▶ [Saved data entries]
Segment Open
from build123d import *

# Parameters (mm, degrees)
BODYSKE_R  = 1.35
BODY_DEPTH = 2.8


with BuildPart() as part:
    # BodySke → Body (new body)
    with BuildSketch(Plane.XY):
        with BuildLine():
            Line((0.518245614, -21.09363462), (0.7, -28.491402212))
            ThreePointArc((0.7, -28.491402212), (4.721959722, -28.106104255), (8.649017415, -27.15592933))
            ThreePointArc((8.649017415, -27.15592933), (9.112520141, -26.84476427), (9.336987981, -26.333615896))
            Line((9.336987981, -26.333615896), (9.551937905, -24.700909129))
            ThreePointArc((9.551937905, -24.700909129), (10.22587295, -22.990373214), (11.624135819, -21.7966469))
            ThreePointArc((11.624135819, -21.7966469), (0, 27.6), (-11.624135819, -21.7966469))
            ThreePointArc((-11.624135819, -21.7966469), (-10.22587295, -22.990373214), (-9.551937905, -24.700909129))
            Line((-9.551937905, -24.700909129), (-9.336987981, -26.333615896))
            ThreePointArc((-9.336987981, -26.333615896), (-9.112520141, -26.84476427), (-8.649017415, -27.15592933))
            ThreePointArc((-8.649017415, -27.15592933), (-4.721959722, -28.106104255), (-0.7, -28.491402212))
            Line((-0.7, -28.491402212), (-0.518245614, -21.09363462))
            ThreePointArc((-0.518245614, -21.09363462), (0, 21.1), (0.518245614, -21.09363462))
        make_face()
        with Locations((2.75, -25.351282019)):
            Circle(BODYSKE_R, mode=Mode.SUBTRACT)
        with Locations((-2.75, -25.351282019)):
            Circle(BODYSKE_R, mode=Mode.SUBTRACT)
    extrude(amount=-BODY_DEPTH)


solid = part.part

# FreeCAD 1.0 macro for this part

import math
import FreeCAD as App
import Part
import Sketcher
from FreeCAD import Vector

doc = App.newDocument("Part")
body = doc.addObject("PartDesign::Body", "Body")

# Sketch on XY plane
sketch1 = body.newObject("Sketcher::SketchObject", "Sketch")
sketch1.AttachmentSupport = (doc.getObject("XY_Plane"), [""])
sketch1.MapMode = "FlatFace"
sketch1.addGeometry(Part.LineSegment(Vector(0.518246, -21.093635, 0), Vector(0.7, -28.491402, 0)), False)
sketch1.addGeometry(Part.ArcOfCircle(Part.Circle(Vector(0, 0, 0), Vector(0, 0, 1), 28.5), math.radians(-88.592594), math.radians(-72.333603)), False)
sketch1.addGeometry(Part.ArcOfCircle(Part.Circle(Vector(8.345543, -26.20309, 0), Vector(0, 0, 1), 1), math.radians(-72.333603), math.radians(-7.5)), False)
sketch1.addGeometry(Part.LineSegment(Vector(9.336988, -26.333616, 0), Vector(9.551938, -24.700909, 0)), False)
sketch1.addGeometry(Part.ArcOfCircle(Part.Circle(Vector(13.318185, -25.196745, 0), Vector(0, 0, 1), 3.798746), math.radians(116.484107), math.radians(172.5)), False)
sketch1.addGeometry(Part.ArcOfCircle(Part.Circle(Vector(0, 1.533967, 0), Vector(0, 0, 1), 26.066033), math.radians(-63.515893), math.radians(243.515893)), False)
sketch1.addGeometry(Part.ArcOfCircle(Part.Circle(Vector(-13.318185, -25.196745, 0), Vector(0, 0, 1), 3.798746), math.radians(7.5), math.radians(63.515893)), False)
sketch1.addGeometry(Part.LineSegment(Vector(-9.551938, -24.700909, 0), Vector(-9.336988, -26.333616, 0)), False)
sketch1.addGeometry(Part.ArcOfCircle(Part.Circle(Vector(-8.345543, -26.20309, 0), Vector(0, 0, 1), 1), math.radians(-172.5), math.radians(-107.666397)), False)
sketch1.addGeometry(Part.ArcOfCircle(Part.Circle(Vector(0, 0, 0), Vector(0, 0, 1), 28.5), math.radians(-107.666397), math.radians(-91.407406)), False)
sketch1.addGeometry(Part.LineSegment(Vector(-0.7, -28.491402, 0), Vector(-0.518246, -21.093635, 0)), False)
sketch1.addGeometry(Part.ArcOfCircle(Part.Circle(Vector(0, 0, 0), Vector(0, 0, 1), 21.1), math.radians(-88.592594), math.radians(268.592594)), False)
sketch1.addGeometry(Part.Circle(Vector(-2.75, -25.351282, 0), Vector(0, 0, 1), 1.35), False)
sketch1.addGeometry(Part.Circle(Vector(2.75, -25.351282, 0), Vector(0, 0, 1), 1.35), False)
sketch1.addConstraint(Sketcher.Constraint("Coincident", 0, 2, 1, 1))
sketch1.addConstraint(Sketcher.Constraint("Coincident", 1, 2, 2, 1))
sketch1.addConstraint(Sketcher.Constraint("Coincident", 2, 2, 3, 1))
sketch1.addConstraint(Sketcher.Constraint("Coincident", 3, 2, 4, 2))
sketch1.addConstraint(Sketcher.Constraint("Coincident", 4, 1, 5, 1))
sketch1.addConstraint(Sketcher.Constraint("Coincident", 5, 2, 6, 2))
sketch1.addConstraint(Sketcher.Constraint("Coincident", 6, 1, 7, 1))
sketch1.addConstraint(Sketcher.Constraint("Coincident", 7, 2, 8, 1))
sketch1.addConstraint(Sketcher.Constraint("Coincident", 8, 2, 9, 1))
sketch1.addConstraint(Sketcher.Constraint("Coincident", 9, 2, 10, 1))
sketch1.addConstraint(Sketcher.Constraint("Coincident", 10, 2, 11, 2))
sketch1.addConstraint(Sketcher.Constraint("Coincident", 11, 1, 0, 1))
sketch1.addConstraint(Sketcher.Constraint("Coincident", 1, 3, -1, 1))
sketch1.addConstraint(Sketcher.Constraint("Coincident", 9, 3, -1, 1))
sketch1.addConstraint(Sketcher.Constraint("Coincident", 11, 3, -1, 1))
sketch1.addConstraint(Sketcher.Constraint("PointOnObject", 5, 3, -2))
sketch1.addConstraint(Sketcher.Constraint("Radius", 2, 1.0))
sketch1.addConstraint(Sketcher.Constraint("Radius", 8, 1.0))
sketch1.addConstraint(Sketcher.Constraint("Diameter", 12, 2.7))
sketch1.addConstraint(Sketcher.Constraint("Diameter", 13, 2.7))
sketch1.addConstraint(Sketcher.Constraint("Radius", 1, 28.5))
sketch1.addConstraint(Sketcher.Constraint("Radius", 9, 28.5))
sketch1.addConstraint(Sketcher.Constraint("Radius", 11, 21.1))
sketch1.addConstraint(Sketcher.Constraint("DistanceX", -1, 1, 0, 2, 0.7))
sketch1.addConstraint(Sketcher.Constraint("DistanceX", 9, 2, -1, 1, 0.7))
sketch1.addConstraint(Sketcher.Constraint("DistanceX", 12, 3, 13, 3, 5.5))
sketch1.addConstraint(Sketcher.Constraint("DistanceX", 12, 3, -1, 1, 2.75))
sketch1.addConstraint(Sketcher.Constraint("Radius", 4, 3.798746))
sketch1.addConstraint(Sketcher.Constraint("Radius", 5, 26.066033))
sketch1.addConstraint(Sketcher.Constraint("Radius", 6, 3.798746))
sketch1.addConstraint(Sketcher.Constraint("DistanceY", 4, 3, 4, 1, 3.400098))
sketch1.addConstraint(Sketcher.Constraint("DistanceY", 6, 3, 5, 2, 3.400098))
sketch1.addConstraint(Sketcher.Constraint("DistanceY", 2, 3, -1, 1, 26.20309))
sketch1.addConstraint(Sketcher.Constraint("DistanceY", 8, 3, -1, 1, 26.20309))
sketch1.addConstraint(Sketcher.Constraint("DistanceY", 1, 2, -1, 1, 27.155929))
sketch1.addConstraint(Sketcher.Constraint("DistanceY", 3, 2, -1, 1, 24.700909))
sketch1.addConstraint(Sketcher.Constraint("DistanceY", 6, 1, -1, 1, 24.700909))
sketch1.addConstraint(Sketcher.Constraint("DistanceY", 8, 2, -1, 1, 27.155929))
sketch1.addConstraint(Sketcher.Constraint("DistanceX", 2, 3, 4, 3, 4.972642))
sketch1.addConstraint(Sketcher.Constraint("DistanceX", 6, 3, 4, 3, 26.636369))
sketch1.addConstraint(Sketcher.Constraint("DistanceY", 0, 2, 13, 3, 3.14012))
sketch1.addConstraint(Sketcher.Constraint("DistanceY", 0, 2, 12, 3, 3.14012))
sketch1.addConstraint(Sketcher.Constraint("DistanceX", 1, 2, 2, 2, 0.687971))
sketch1.addConstraint(Sketcher.Constraint("DistanceY", 2, 2, 4, 3, 1.136871))
sketch1.addConstraint(Sketcher.Constraint("DistanceX", 6, 1, 7, 2, 0.21495))
sketch1.addConstraint(Sketcher.Constraint("DistanceX", 10, 2, 11, 1, 1.036491))
sketch1.addConstraint(Sketcher.Constraint("DistanceX", 10, 2, -1, 1, 0.518246))
pad1 = body.newObject("PartDesign::Pad", "Pad")
pad1.Profile = sketch1
pad1.Length = 2.8
pad1.Reversed = True

doc.recompute()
Segment Closed
A verbatim transcription is needed of the lines above, starting at the line with "Line((-0.7, -28.491402212), (-0.518245614, -21.09363462))" and ending at the line with "# FreeCAD 1.0 macro for this part", both included, and of nothing else.

            Line((-0.7, -28.491402212), (-0.518245614, -21.09363462))
            ThreePointArc((-0.518245614, -21.09363462), (0, 21.1), (0.518245614, -21.09363462))
        make_face()
        with Locations((2.75, -25.351282019)):
            Circle(BODYSKE_R, mode=Mode.SUBTRACT)
        with Locations((-2.75, -25.351282019)):
            Circle(BODYSKE_R, mode=Mode.SUBTRACT)
    extrude(amount=-BODY_DEPTH)


solid = part.part

# FreeCAD 1.0 macro for this part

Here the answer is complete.